I watch him doing everything. He seems a bit nervous as I ask questions - maybe like a boss checking his competency. I learn in offices as a priority - from a plumber - I'll do my fixes next time. He waves goodbye when he leaves. I detect his attitude towards me as an old granny, if he does jobs for them; maybe he sees my SA.

He demands money and I debate that. Who's the culprit.

A sent a text in the week to ask for a dripping tap problem. I hate using the phone His respons e was 'I'll pop in tomorrow' and sounds like a granny.

I never let anything go until resolved - like in the offices I've been, and I easily get rejected with a hard hand when people don't understand my explanation. Everything is easy for simpletons. This morning, the shower is still dripping after his fix, so I'll get onto that before the payment he wants. He wants to return and charge for another part for a boiler and change other taps. He asked for a cheque and I'm glad I said not until everything is complete. I've checked prices for parts, and he won't get money from me for anything more

But any logical talking clash with anyone sets me into a collapsing timid ball of nerves. This is why I fail at interview

I hate it. Interview this afternoon.


----------



## e200e (Mar 31, 2013)

I can I know I can it does suck a lot I work with a lot of extroverts and its like their always competing whos better. Theyre are loud and obnoxious always trying to gain more attention then one another I cant keep up with it they drive me nuts. Im the quiet guy and I get mocked and made fun of a lot. I still work hard and I get acknowledged from time to time.


----------



## Leafpool (Aug 2, 2013)

I feel you so bad. I got my first job at a clothing store and just a contract for 3 months and they have told me I struggle with direction and need follow ups a lot. I am often told to greet or talk to customers more. Basically me being quiet is a bad thing. They want me to be in the customer's face. I am just so sick of people not understanding the introvert. I feel the same way. How will I ever be successful when I am to quiet?


----------



## LSF (Sep 4, 2013)

I feel the same...


----------



## BigBlueMoon (Feb 7, 2013)

What you said is the incontrovertible truth in life. Our society favours extroverts in a very obvious way, and proper socialization and communication with others is an essential if you want to uphold a certain standard in life.


----------



## Melodies0fLife (Sep 17, 2012)

I'm pretty quiet at my workplace so people rarely take notice and my supervisors don't go to me when they need special things done. Although I have the knowledge and skills to do more things, because I am quiet, they think I am not interested or that I won't be able to do it. I don't blame them though; my laid back attitude at work means I don't take a lot of initiation. In my dance group, however, I am the most passionate person there and I take a lot of initiation to learn new things and choreograph new dances. Of course I am still mostly quiet in my dance group but since I have a very strong drive to improve my dance, my group notices that and they made me second in command. I'm just not passionate about my work so I don't have the same drive and attitude in the work environment so end up being the quiet girl in the corner that doesn't do much... :blank


----------



## NumeroUno (Oct 23, 2009)

Yup, I feel this. I'm a trainee accountant, and even they need to be pretty extroverted at least where I work (e.g going over stuff monthly with various budget holders e.g I.T manager, General office costs, H.R) and also speaking regularly with the Housing Development team when we need to make or recieve big payments (like 50k plus) or attending meetings. I hate the office world - truely, I've only been working in a office environment for about 18 months and everyday I'm sick of it and want to leave desperately. The politics. The meetings. The *** kissings. The needing to put work before life aspect - i'm lucky I don't have to commute far or answer ''out of office'' emails yet. I hate the whole culture of it. Yet I have to stick at it because I was lucky to get this shot and I have no other option right now - training paid for, full salary, and once I qualify a good chance of a job with a GOOD salary.

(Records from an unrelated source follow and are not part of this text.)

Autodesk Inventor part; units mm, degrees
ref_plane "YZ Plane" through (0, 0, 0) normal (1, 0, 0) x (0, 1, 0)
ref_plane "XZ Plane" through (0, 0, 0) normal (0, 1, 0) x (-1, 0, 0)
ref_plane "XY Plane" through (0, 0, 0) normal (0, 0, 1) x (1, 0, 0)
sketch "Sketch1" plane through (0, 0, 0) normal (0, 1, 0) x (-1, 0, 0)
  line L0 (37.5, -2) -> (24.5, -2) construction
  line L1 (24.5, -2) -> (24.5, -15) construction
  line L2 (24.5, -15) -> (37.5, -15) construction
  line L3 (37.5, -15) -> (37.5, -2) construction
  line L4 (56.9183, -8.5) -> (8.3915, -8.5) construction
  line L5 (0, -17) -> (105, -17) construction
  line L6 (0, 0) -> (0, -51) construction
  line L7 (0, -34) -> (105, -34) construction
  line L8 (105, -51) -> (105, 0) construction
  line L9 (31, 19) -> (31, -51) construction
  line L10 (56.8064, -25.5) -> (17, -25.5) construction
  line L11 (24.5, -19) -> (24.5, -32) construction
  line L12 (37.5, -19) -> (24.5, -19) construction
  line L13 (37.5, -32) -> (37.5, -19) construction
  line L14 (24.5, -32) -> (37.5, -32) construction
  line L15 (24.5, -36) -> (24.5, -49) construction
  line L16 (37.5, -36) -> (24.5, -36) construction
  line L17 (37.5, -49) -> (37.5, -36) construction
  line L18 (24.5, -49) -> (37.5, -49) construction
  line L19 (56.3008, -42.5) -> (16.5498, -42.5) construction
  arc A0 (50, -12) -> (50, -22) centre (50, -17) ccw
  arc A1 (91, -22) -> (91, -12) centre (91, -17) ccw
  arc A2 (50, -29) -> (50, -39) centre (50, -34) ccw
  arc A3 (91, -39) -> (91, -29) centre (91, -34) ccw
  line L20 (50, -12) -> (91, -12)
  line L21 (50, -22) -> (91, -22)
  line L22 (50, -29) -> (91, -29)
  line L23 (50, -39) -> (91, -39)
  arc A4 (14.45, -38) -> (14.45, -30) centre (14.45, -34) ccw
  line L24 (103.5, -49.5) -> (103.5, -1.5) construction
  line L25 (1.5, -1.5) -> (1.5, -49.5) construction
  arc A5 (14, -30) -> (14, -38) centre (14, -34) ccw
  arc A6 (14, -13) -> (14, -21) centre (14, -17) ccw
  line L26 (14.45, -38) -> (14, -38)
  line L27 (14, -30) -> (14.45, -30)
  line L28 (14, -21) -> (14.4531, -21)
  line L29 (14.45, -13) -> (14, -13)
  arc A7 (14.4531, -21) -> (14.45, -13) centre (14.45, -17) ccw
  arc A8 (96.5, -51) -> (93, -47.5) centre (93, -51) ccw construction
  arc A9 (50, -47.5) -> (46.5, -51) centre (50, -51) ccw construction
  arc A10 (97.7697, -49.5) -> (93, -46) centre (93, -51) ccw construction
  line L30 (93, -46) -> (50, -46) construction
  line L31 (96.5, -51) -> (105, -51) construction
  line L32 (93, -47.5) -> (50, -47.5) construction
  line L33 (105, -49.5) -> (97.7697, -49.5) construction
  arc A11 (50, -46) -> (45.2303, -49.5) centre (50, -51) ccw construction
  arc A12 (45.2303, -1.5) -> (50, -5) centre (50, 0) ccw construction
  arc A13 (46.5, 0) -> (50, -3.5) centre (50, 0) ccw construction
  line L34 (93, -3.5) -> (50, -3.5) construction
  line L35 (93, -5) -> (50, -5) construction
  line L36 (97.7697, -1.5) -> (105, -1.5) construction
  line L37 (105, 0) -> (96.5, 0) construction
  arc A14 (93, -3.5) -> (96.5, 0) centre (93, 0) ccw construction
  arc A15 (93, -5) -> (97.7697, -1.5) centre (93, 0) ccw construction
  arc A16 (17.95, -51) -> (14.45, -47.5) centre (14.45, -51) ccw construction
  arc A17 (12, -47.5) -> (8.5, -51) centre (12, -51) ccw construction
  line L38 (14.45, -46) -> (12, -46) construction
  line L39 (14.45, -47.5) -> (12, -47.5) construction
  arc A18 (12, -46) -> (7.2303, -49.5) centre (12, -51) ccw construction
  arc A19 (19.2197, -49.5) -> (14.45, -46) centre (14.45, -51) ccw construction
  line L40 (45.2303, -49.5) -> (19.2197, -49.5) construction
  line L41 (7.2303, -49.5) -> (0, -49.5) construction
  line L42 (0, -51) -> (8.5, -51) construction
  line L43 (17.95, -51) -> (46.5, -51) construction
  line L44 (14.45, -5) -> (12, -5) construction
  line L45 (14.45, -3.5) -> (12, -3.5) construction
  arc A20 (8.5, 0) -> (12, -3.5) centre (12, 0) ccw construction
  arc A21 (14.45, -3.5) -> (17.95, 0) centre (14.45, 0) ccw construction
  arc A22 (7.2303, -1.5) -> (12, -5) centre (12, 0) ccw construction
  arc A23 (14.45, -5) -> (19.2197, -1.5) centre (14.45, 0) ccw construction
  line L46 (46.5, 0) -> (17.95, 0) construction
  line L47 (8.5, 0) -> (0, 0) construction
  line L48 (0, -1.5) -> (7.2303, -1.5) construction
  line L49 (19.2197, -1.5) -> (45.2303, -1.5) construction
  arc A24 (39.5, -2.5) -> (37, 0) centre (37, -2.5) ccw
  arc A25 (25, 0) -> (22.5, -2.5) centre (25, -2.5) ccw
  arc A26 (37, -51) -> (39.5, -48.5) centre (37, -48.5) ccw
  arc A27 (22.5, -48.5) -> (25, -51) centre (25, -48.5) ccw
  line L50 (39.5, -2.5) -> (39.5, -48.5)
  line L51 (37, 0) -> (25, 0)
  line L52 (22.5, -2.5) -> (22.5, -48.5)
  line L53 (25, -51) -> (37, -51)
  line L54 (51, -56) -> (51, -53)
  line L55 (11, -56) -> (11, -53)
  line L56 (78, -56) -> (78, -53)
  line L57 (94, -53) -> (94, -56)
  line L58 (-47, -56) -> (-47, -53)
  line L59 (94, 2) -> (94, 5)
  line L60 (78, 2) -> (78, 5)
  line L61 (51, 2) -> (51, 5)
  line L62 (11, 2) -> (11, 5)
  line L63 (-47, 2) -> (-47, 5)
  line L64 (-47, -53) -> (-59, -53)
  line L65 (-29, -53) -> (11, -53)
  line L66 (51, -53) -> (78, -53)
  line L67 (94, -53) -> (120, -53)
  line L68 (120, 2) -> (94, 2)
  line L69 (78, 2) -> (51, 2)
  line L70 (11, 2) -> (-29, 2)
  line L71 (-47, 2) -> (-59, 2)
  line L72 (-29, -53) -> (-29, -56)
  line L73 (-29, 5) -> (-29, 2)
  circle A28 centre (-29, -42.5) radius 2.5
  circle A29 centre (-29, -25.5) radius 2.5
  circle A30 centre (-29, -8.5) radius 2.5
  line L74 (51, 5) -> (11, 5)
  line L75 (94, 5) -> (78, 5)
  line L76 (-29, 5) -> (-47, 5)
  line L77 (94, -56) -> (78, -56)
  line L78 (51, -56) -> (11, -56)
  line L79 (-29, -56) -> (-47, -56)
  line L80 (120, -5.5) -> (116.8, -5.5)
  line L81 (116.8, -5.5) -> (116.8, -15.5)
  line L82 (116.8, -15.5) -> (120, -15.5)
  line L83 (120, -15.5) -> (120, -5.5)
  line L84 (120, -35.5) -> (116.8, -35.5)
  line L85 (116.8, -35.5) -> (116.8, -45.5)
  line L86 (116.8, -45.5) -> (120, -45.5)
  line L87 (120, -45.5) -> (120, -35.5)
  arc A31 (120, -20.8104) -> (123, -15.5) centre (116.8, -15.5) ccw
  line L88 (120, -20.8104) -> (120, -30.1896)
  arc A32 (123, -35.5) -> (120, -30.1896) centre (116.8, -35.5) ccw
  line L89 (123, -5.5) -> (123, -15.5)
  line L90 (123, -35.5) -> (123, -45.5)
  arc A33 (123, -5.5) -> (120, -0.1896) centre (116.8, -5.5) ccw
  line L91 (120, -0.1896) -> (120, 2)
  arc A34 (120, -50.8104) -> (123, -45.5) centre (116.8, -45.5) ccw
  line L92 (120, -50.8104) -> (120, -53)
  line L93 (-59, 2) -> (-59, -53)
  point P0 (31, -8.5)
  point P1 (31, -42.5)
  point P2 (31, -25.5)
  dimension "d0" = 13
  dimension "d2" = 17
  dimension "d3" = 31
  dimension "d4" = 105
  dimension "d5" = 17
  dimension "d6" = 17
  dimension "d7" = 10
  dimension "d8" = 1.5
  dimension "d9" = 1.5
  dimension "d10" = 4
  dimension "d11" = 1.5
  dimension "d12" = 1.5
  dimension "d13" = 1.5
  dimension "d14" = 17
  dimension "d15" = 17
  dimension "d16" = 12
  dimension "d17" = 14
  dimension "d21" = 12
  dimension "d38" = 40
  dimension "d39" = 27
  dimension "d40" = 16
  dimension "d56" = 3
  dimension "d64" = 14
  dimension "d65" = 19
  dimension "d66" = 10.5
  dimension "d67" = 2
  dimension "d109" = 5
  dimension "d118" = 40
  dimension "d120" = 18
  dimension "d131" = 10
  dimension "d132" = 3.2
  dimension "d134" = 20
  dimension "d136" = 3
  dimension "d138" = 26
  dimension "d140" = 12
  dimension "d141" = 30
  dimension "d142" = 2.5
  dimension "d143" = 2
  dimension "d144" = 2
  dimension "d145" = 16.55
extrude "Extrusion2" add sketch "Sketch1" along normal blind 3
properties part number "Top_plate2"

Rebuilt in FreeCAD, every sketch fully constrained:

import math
import FreeCAD as App
import Part
import Sketcher

V = App.Vector
Q = App.Units.Quantity

doc = App.newDocument("Part")
params = doc.addObject("Spreadsheet::Sheet", "Params")
for row, (alias, value) in enumerate([
    ("sketch1_diameter", "5 mm"),
    ("sketch1_radius", "4 mm"),
    ("sketch1_radius2", "5 mm"),
    ("sketch1_width", "40 mm"),
    ("sketch1_width2", "27 mm"),
    ("pad1_length", "3 mm"),
], start=1):
    params.set(f"A{row}", alias)
    params.set(f"B{row}", "=" + value)
    params.setAlias(f"B{row}", alias)

body = doc.addObject("PartDesign::Body", "Body")

# Sketch on XZ plane
sketch1 = doc.addObject("Sketcher::SketchObject", "Sketch")
body.addObject(sketch1)
sketch1.AttachmentSupport = (doc.XZ_Plane, [""])
sketch1.MapMode = "FlatFace"
sketch1.addGeometry([
    Part.LineSegment(V(-11, -56, 0), V(-51, -56, 0)),  # 0
    Part.LineSegment(V(-51, -56, 0), V(-51, -53, 0)),  # 1
    Part.LineSegment(V(-51, -53, 0), V(-78, -53, 0)),  # 2
    Part.LineSegment(V(-78, -53, 0), V(-78, -56, 0)),  # 3
    Part.LineSegment(V(-78, -56, 0), V(-94, -56, 0)),  # 4
    Part.LineSegment(V(-94, -56, 0), V(-94, -53, 0)),  # 5
    Part.LineSegment(V(-94, -53, 0), V(-120, -53, 0)),  # 6
    Part.LineSegment(V(-120, -53, 0), V(-120, -50.81, 0)),  # 7
    Part.ArcOfCircle(Part.Circle(V(-116.8, -45.5, 0), V(0, 0, 1), 6.2), math.radians(180), math.radians(239)),  # 8
    Part.LineSegment(V(-123, -45.5, 0), V(-123, -35.5, 0)),  # 9
    Part.ArcOfCircle(Part.Circle(V(-116.8, -35.5, 0), V(0, 0, 1), 6.2), math.radians(121), math.radians(180)),  # 10
    Part.LineSegment(V(-120, -30.19, 0), V(-120, -20.81, 0)),  # 11
    Part.ArcOfCircle(Part.Circle(V(-116.8, -15.5, 0), V(0, 0, 1), 6.2), math.radians(180), math.radians(239)),  # 12
    Part.LineSegment(V(-123, -15.5, 0), V(-123, -5.5, 0)),  # 13
    Part.ArcOfCircle(Part.Circle(V(-116.8, -5.5, 0), V(0, 0, 1), 6.2), math.radians(121), math.radians(180)),  # 14
    Part.LineSegment(V(-120, -0.19, 0), V(-120, 2, 0)),  # 15
    Part.LineSegment(V(-120, 2, 0), V(-94, 2, 0)),  # 16
    Part.LineSegment(V(-94, 2, 0), V(-94, 5, 0)),  # 17
    Part.LineSegment(V(-94, 5, 0), V(-78, 5, 0)),  # 18
    Part.LineSegment(V(-78, 5, 0), V(-78, 2, 0)),  # 19
    Part.LineSegment(V(-78, 2, 0), V(-51, 2, 0)),  # 20
    Part.LineSegment(V(-51, 2, 0), V(-51, 5, 0)),  # 21
    Part.LineSegment(V(-51, 5, 0), V(-11, 5, 0)),  # 22
    Part.LineSegment(V(-11, 5, 0), V(-11, 2, 0)),  # 23
    Part.LineSegment(V(-11, 2, 0), V(29, 2, 0)),  # 24
    Part.LineSegment(V(29, 2, 0), V(29, 5, 0)),  # 25
    Part.LineSegment(V(29, 5, 0), V(47, 5, 0)),  # 26
    Part.LineSegment(V(47, 5, 0), V(47, 2, 0)),  # 27
    Part.LineSegment(V(47, 2, 0), V(59, 2, 0)),  # 28
    Part.LineSegment(V(59, 2, 0), V(59, -53, 0)),  # 29
    Part.LineSegment(V(59, -53, 0), V(47, -53, 0)),  # 30
    Part.LineSegment(V(47, -53, 0), V(47, -56, 0)),  # 31
    Part.LineSegment(V(47, -56, 0), V(29, -56, 0)),  # 32
    Part.LineSegment(V(29, -56, 0), V(29, -53, 0)),  # 33
    Part.LineSegment(V(29, -53, 0), V(-11, -53, 0)),  # 34
    Part.LineSegment(V(-11, -53, 0), V(-11, -56, 0)),  # 35
    Part.Circle(V(29, -42.5, 0), V(0, 0, 1), 2.5),  # 36
    Part.ArcOfCircle(Part.Circle(V(-14.45, -34, 0), V(0, 0, 1), 4), math.radians(90), math.radians(270)),  # 37
    Part.LineSegment(V(-14.45, -38, 0), V(-14, -38, 0)),  # 38
    Part.ArcOfCircle(Part.Circle(V(-14, -34, 0), V(0, 0, 1), 4), math.radians(-90), math.radians(90)),  # 39
    Part.LineSegment(V(-14, -30, 0), V(-14.45, -30, 0)),  # 40
    Part.ArcOfCircle(Part.Circle(V(-50, -34, 0), V(0, 0, 1), 5), math.radians(-90), math.radians(90)),  # 41
    Part.LineSegment(V(-50, -29, 0), V(-91, -29, 0)),  # 42
    Part.ArcOfCircle(Part.Circle(V(-91, -34, 0), V(0, 0, 1), 5), math.radians(90), math.radians(270)),  # 43
    Part.LineSegment(V(-91, -39, 0), V(-50, -39, 0)),  # 44
    Part.LineSegment(V(-116.8, -35.5, 0), V(-120, -35.5, 0)),  # 45
    Part.LineSegment(V(-120, -35.5, 0), V(-120, -45.5, 0)),  # 46
    Part.LineSegment(V(-120, -45.5, 0), V(-116.8, -45.5, 0)),  # 47
    Part.LineSegment(V(-116.8, -45.5, 0), V(-116.8, -35.5, 0)),  # 48
    Part.Circle(V(29, -25.5, 0), V(0, 0, 1), 2.5),  # 49
    Part.ArcOfCircle(Part.Circle(V(-37, -2.5, 0), V(0, 0, 1), 2.5), math.radians(90), math.radians(180)),  # 50
    Part.LineSegment(V(-39.5, -2.5, 0), V(-39.5, -48.5, 0)),  # 51
    Part.ArcOfCircle(Part.Circle(V(-37, -48.5, 0), V(0, 0, 1), 2.5), math.radians(180), math.radians(270)),  # 52
    Part.LineSegment(V(-37, -51, 0), V(-25, -51, 0)),  # 53
    Part.ArcOfCircle(Part.Circle(V(-25, -48.5, 0), V(0, 0, 1), 2.5), math.radians(-90), math.radians(0)),  # 54
    Part.LineSegment(V(-22.5, -48.5, 0), V(-22.5, -2.5, 0)),  # 55
    Part.ArcOfCircle(Part.Circle(V(-25, -2.5, 0), V(0, 0, 1), 2.5), math.radians(0), math.radians(90)),  # 56
    Part.LineSegment(V(-25, 0, 0), V(-37, 0, 0)),  # 57
    Part.ArcOfCircle(Part.Circle(V(-14, -17, 0), V(0, 0, 1), 4), math.radians(-90), math.radians(90)),  # 58
    Part.LineSegment(V(-14, -13, 0), V(-14.45, -13, 0)),  # 59
    Part.ArcOfCircle(Part.Circle(V(-14.45, -17, 0), V(0, 0, 1), 4), math.radians(90), math.radians(270)),  # 60
    Part.LineSegment(V(-14.45, -21, 0), V(-14, -21, 0)),  # 61
    Part.Circle(V(29, -8.5, 0), V(0, 0, 1), 2.5),  # 62
    Part.ArcOfCircle(Part.Circle(V(-50, -17, 0), V(0, 0, 1), 5), math.radians(-90), math.radians(90)),  # 63
    Part.LineSegment(V(-50, -12, 0), V(-91, -12, 0)),  # 64
    Part.ArcOfCircle(Part.Circle(V(-91, -17, 0), V(0, 0, 1), 5), math.radians(90), math.radians(270)),  # 65
    Part.LineSegment(V(-91, -22, 0), V(-50, -22, 0)),  # 66
    Part.LineSegment(V(-116.8, -5.5, 0), V(-120, -5.5, 0)),  # 67
    Part.LineSegment(V(-120, -5.5, 0), V(-120, -15.5, 0)),  # 68
    Part.LineSegment(V(-120, -15.5, 0), V(-116.8, -15.5, 0)),  # 69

I also hate the people who I know I'm academically brighter than but I know will go further because they're more extroverted. You'd think people would put more faith in the quiet guy who always looks busy pouring over Excel and various reports and figures but it doesn't work that way from my experience.


----------



## lordseshomaru86 (Aug 13, 2013)

newgame said:


> .... well at least from my point of view.
> 
> it is really hard for people like me to climb in the corporate world, too many people are outgoing/extroverted/bold/initiative, and here I am only try to sit there at the small cubicle trying to keep my life simple, avoiding as much human contact as possible, basically in my own world. :no
> 
> Maybe I would prefer a job where I don't need to maintain my responsibility after work hours.. but the world just doesn't seems to work that way..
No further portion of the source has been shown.